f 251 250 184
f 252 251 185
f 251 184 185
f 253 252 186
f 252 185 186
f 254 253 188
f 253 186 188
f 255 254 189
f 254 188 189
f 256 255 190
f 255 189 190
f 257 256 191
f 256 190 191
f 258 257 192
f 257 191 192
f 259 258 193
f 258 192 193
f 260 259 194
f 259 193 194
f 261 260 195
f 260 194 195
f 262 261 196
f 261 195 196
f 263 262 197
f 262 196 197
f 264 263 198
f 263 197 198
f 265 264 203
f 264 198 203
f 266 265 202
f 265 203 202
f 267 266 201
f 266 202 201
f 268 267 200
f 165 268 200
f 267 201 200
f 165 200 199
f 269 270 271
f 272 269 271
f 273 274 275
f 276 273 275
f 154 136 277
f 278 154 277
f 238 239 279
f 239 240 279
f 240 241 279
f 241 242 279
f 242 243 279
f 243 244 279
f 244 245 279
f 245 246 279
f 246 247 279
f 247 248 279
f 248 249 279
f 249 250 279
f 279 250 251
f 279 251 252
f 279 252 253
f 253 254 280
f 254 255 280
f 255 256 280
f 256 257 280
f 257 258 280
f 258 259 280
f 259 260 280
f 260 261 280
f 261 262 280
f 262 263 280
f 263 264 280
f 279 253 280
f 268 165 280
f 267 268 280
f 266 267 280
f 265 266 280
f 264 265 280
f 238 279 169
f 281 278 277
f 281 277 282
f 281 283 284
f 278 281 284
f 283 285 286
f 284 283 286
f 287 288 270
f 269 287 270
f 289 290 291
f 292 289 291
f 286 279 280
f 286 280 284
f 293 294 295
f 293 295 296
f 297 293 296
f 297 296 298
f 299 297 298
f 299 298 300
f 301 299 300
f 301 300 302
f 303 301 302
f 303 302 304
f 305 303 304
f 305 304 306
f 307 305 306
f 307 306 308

==================================================

#### Assignment:
Would you transcribe the records above exactly, leaving nothing out?

#### Result of the exercise:
f 251 250 184
f 252 251 185
f 251 184 185
f 253 252 186
f 252 185 186
f 254 253 188
f 253 186 188
f 255 254 189
f 254 188 189
f 256 255 190
f 255 189 190
f 257 256 191
f 256 190 191
f 258 257 192
f 257 191 192
f 259 258 193
f 258 192 193
f 260 259 194
f 259 193 194
f 261 260 195
f 260 194 195
f 262 261 196
f 261 195 196
f 263 262 197
f 262 196 197
f 264 263 198
f 263 197 198
f 265 264 203
f 264 198 203
f 266 265 202
f 265 203 202
f 267 266 201
f 266 202 201
f 268 267 200
f 165 268 200
f 267 201 200
f 165 200 199
f 269 270 271
f 272 269 271
f 273 274 275
f 276 273 275
f 154 136 277
f 278 154 277
f 238 239 279
f 239 240 279
f 240 241 279
f 241 242 279
f 242 243 279
f 243 244 279
f 244 245 279
f 245 246 279
f 246 247 279
f 247 248 279
f 248 249 279
f 249 250 279
f 279 250 251
f 279 251 252
f 279 252 253
f 253 254 280
f 254 255 280
f 255 256 280
f 256 257 280
f 257 258 280
f 258 259 280
f 259 260 280
f 260 261 280
f 261 262 280
f 262 263 280
f 263 264 280
f 279 253 280
f 268 165 280
f 267 268 280
f 266 267 280
f 265 266 280
f 264 265 280
f 238 279 169
f 281 278 277
f 281 277 282
f 281 283 284
f 278 281 284
f 283 285 286
f 284 283 286
f 287 288 270
f 269 287 270
f 289 290 291
f 292 289 291
f 286 279 280
f 286 280 284
f 293 294 295
f 293 295 296
f 297 293 296
f 297 296 298
f 299 297 298
f 299 298 300
f 301 299 300
f 301 300 302
f 303 301 302
f 303 302 304
f 305 303 304
f 305 304 306
f 307 305 306
f 307 306 308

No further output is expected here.